------ Exercise materials ------
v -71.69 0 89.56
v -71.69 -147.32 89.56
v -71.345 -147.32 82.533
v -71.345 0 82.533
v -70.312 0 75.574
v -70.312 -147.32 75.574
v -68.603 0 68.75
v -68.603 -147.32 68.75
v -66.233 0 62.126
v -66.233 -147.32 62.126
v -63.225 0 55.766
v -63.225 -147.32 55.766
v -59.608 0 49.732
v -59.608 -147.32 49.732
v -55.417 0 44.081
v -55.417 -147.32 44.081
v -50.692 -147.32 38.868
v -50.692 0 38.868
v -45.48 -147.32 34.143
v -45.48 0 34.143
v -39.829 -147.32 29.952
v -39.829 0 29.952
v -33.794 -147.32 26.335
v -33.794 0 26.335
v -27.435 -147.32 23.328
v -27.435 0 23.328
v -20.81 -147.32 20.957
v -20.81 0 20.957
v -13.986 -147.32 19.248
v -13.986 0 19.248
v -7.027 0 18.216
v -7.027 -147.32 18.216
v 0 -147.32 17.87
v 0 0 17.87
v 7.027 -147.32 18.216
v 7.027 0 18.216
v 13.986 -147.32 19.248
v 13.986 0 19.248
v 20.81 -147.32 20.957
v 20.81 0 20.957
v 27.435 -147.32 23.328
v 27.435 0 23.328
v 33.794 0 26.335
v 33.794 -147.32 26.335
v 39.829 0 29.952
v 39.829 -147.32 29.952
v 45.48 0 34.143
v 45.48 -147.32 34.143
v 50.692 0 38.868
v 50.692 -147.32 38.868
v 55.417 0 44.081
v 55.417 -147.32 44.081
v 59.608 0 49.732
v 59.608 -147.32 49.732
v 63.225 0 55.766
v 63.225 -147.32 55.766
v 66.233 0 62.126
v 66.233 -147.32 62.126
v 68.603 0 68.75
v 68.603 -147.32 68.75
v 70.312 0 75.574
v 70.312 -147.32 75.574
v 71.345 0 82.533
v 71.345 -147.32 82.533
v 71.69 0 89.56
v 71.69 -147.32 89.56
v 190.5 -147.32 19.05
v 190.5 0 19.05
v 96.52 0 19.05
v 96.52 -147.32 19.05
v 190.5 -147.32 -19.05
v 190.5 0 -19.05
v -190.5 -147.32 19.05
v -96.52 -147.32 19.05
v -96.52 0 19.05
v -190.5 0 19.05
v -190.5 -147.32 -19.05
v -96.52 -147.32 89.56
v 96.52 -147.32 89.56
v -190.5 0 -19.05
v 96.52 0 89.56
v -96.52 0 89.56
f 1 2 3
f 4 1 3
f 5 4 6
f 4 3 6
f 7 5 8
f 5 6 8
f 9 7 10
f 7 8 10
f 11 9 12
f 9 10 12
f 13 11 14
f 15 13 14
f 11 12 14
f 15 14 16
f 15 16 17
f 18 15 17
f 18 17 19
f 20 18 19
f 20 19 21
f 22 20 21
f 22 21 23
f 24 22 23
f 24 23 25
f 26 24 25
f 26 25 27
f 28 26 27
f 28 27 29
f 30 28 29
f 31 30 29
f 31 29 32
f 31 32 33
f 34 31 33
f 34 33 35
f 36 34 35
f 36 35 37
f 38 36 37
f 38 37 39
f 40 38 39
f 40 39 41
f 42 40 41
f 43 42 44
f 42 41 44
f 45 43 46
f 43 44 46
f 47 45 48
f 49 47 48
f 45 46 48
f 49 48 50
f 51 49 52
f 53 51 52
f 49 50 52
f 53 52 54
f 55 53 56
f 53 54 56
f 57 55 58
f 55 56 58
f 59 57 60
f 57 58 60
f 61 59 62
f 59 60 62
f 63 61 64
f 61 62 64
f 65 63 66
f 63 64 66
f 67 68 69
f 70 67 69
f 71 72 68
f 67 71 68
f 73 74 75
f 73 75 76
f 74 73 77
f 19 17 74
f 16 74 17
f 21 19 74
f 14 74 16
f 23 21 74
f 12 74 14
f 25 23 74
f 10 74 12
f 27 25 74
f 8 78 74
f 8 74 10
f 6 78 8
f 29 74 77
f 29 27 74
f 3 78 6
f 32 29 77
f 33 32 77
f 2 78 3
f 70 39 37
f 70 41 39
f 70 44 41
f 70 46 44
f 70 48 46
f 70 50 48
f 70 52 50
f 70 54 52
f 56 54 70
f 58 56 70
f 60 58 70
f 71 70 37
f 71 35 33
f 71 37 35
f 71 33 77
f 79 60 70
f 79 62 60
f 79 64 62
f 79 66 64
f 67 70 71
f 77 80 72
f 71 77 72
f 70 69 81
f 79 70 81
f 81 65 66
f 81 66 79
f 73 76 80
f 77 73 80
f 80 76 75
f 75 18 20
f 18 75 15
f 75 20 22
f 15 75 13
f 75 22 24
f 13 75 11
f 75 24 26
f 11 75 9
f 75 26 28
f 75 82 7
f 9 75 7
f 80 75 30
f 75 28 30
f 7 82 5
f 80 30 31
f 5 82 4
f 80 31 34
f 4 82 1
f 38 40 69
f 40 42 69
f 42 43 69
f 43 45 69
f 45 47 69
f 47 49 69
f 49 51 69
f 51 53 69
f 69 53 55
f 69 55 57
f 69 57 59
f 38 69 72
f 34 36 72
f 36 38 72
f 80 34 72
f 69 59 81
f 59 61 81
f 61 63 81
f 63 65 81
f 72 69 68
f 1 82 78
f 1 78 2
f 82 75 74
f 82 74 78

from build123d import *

# Parameters (mm, degrees)
F0_W     = 193.04
F0_H     = 70.5103150129
F1_DEPTH = 147.32
F3_DEPTH = 25.4
F4_DEPTH = 147.32


with BuildPart() as f1:
    # F0 (on Front) → F1 (new body)
    with BuildSketch(Plane.XZ):
        Polygon((-190.5, -19.05), (190.5, -19.05), (190.5, 19.05), (96.52, 19.05), (-96.52, 19.05), (-190.5, 19.05), align=None)
        with Locations((0, 54.3051575065)):
            Rectangle(F0_W, F0_H)
    extrude(amount=F1_DEPTH)

    # F2 (on face) → F3 (cut)
    with BuildSketch(Plane.XZ.offset(147.32)):
        with BuildLine():
            ThreePointArc((-71.6898662242, 89.5603150129), (0, 17.8704487887), (71.6898662242, 89.5603150129))
            Line((71.6898662242, 89.5603150129), (-71.6898662242, 89.5603150129))
        make_face()
    extrude(amount=-F3_DEPTH, mode=Mode.SUBTRACT)

    # F4 (cut): a face of the model
    f4_faces = [f1.faces().sort_by_distance(p)[0] for p in [
        (0, -121.92, 59.1341908018),
    ]]
    extrude(f4_faces, amount=-F4_DEPTH, mode=Mode.SUBTRACT)


solid = f1.part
------
Description of the task »
The full set of records above is to be printed again verbatim.

Your solution »
v -71.69 0 89.56
v -71.69 -147.32 89.56
v -71.345 -147.32 82.533
v -71.345 0 82.533
v -70.312 0 75.574
v -70.312 -147.32 75.574
v -68.603 0 68.75
v -68.603 -147.32 68.75
v -66.233 0 62.126
v -66.233 -147.32 62.126
v -63.225 0 55.766
v -63.225 -147.32 55.766
v -59.608 0 49.732
v -59.608 -147.32 49.732
v -55.417 0 44.081
v -55.417 -147.32 44.081
v -50.692 -147.32 38.868
v -50.692 0 38.868
v -45.48 -147.32 34.143
v -45.48 0 34.143
v -39.829 -147.32 29.952
v -39.829 0 29.952
v -33.794 -147.32 26.335
v -33.794 0 26.335
v -27.435 -147.32 23.328
v -27.435 0 23.328
v -20.81 -147.32 20.957
v -20.81 0 20.957
v -13.986 -147.32 19.248
v -13.986 0 19.248
v -7.027 0 18.216
v -7.027 -147.32 18.216
v 0 -147.32 17.87
v 0 0 17.87
v 7.027 -147.32 18.216
v 7.027 0 18.216
v 13.986 -147.32 19.248
v 13.986 0 19.248
v 20.81 -147.32 20.957
v 20.81 0 20.957
v 27.435 -147.32 23.328
v 27.435 0 23.328
v 33.794 0 26.335
v 33.794 -147.32 26.335
v 39.829 0 29.952
v 39.829 -147.32 29.952
v 45.48 0 34.143
v 45.48 -147.32 34.143
v 50.692 0 38.868
v 50.692 -147.32 38.868
v 55.417 0 44.081
v 55.417 -147.32 44.081
v 59.608 0 49.732
v 59.608 -147.32 49.732
v 63.225 0 55.766
v 63.225 -147.32 55.766
v 66.233 0 62.126
v 66.233 -147.32 62.126
v 68.603 0 68.75
v 68.603 -147.32 68.75
v 70.312 0 75.574
v 70.312 -147.32 75.574
v 71.345 0 82.533
v 71.345 -147.32 82.533
v 71.69 0 89.56
v 71.69 -147.32 89.56
v 190.5 -147.32 19.05
v 190.5 0 19.05
v 96.52 0 19.05
v 96.52 -147.32 19.05
v 190.5 -147.32 -19.05
v 190.5 0 -19.05
v -190.5 -147.32 19.05
v -96.52 -147.32 19.05
v -96.52 0 19.05
v -190.5 0 19.05
v -190.5 -147.32 -19.05
v -96.52 -147.32 89.56
v 96.52 -147.32 89.56
v -190.5 0 -19.05
v 96.52 0 89.56
v -96.52 0 89.56
f 1 2 3
f 4 1 3
f 5 4 6
f 4 3 6
f 7 5 8
f 5 6 8
f 9 7 10
f 7 8 10
f 11 9 12
f 9 10 12
f 13 11 14
f 15 13 14
f 11 12 14
f 15 14 16
f 15 16 17
f 18 15 17
f 18 17 19
f 20 18 19
f 20 19 21
f 22 20 21
f 22 21 23
f 24 22 23
f 24 23 25
f 26 24 25
f 26 25 27
f 28 26 27
f 28 27 29
f 30 28 29
f 31 30 29
f 31 29 32
f 31 32 33
f 34 31 33
f 34 33 35
f 36 34 35
f 36 35 37
f 38 36 37
f 38 37 39
f 40 38 39
f 40 39 41
f 42 40 41
f 43 42 44
f 42 41 44
f 45 43 46
f 43 44 46
f 47 45 48
f 49 47 48
f 45 46 48
f 49 48 50
f 51 49 52
f 53 51 52
f 49 50 52
f 53 52 54
f 55 53 56
f 53 54 56
f 57 55 58
f 55 56 58
f 59 57 60
f 57 58 60
f 61 59 62
f 59 60 62
f 63 61 64
f 61 62 64
f 65 63 66
f 63 64 66
f 67 68 69
f 70 67 69
f 71 72 68
f 67 71 68
f 73 74 75
f 73 75 76
f 74 73 77
f 19 17 74
f 16 74 17
f 21 19 74
f 14 74 16
f 23 21 74
f 12 74 14
f 25 23 74
f 10 74 12
f 27 25 74
f 8 78 74
f 8 74 10
f 6 78 8
f 29 74 77
f 29 27 74
f 3 78 6
f 32 29 77
f 33 32 77
f 2 78 3
f 70 39 37
f 70 41 39
f 70 44 41
f 70 46 44
f 70 48 46
f 70 50 48
f 70 52 50
f 70 54 52
f 56 54 70
f 58 56 70
f 60 58 70
f 71 70 37
f 71 35 33
f 71 37 35
f 71 33 77
f 79 60 70
f 79 62 60
f 79 64 62
f 79 66 64
f 67 70 71
f 77 80 72
f 71 77 72
f 70 69 81
f 79 70 81
f 81 65 66
f 81 66 79
f 73 76 80
f 77 73 80
f 80 76 75
f 75 18 20
f 18 75 15
f 75 20 22
f 15 75 13
f 75 22 24
f 13 75 11
f 75 24 26
f 11 75 9
f 75 26 28
f 75 82 7
f 9 75 7
f 80 75 30
f 75 28 30
f 7 82 5
f 80 30 31
f 5 82 4
f 80 31 34
f 4 82 1
f 38 40 69
f 40 42 69
f 42 43 69
f 43 45 69
f 45 47 69
f 47 49 69
f 49 51 69
f 51 53 69
f 69 53 55
f 69 55 57
f 69 57 59
f 38 69 72
f 34 36 72
f 36 38 72
f 80 34 72
f 69 59 81
f 59 61 81
f 61 63 81
f 63 65 81
f 72 69 68
f 1 82 78
f 1 78 2
f 82 75 74
f 82 74 78

from build123d import *

# Parameters (mm, degrees)
F0_W     = 193.04
F0_H     = 70.5103150129
F1_DEPTH = 147.32
F3_DEPTH = 25.4
F4_DEPTH = 147.32


with BuildPart() as f1:
    # F0 (on Front) → F1 (new body)
    with BuildSketch(Plane.XZ):
        Polygon((-190.5, -19.05), (190.5, -19.05), (190.5, 19.05), (96.52, 19.05), (-96.52, 19.05), (-190.5, 19.05), align=None)
        with Locations((0, 54.3051575065)):
            Rectangle(F0_W, F0_H)
    extrude(amount=F1_DEPTH)

    # F2 (on face) → F3 (cut)
    with BuildSketch(Plane.XZ.offset(147.32)):
        with BuildLine():
            ThreePointArc((-71.6898662242, 89.5603150129), (0, 17.8704487887), (71.6898662242, 89.5603150129))
            Line((71.6898662242, 89.5603150129), (-71.6898662242, 89.5603150129))
        make_face()
    extrude(amount=-F3_DEPTH, mode=Mode.SUBTRACT)

    # F4 (cut): a face of the model
    f4_faces = [f1.faces().sort_by_distance(p)[0] for p in [
        (0, -121.92, 59.1341908018),
    ]]
    extrude(f4_faces, amount=-F4_DEPTH, mode=Mode.SUBTRACT)


solid = f1.part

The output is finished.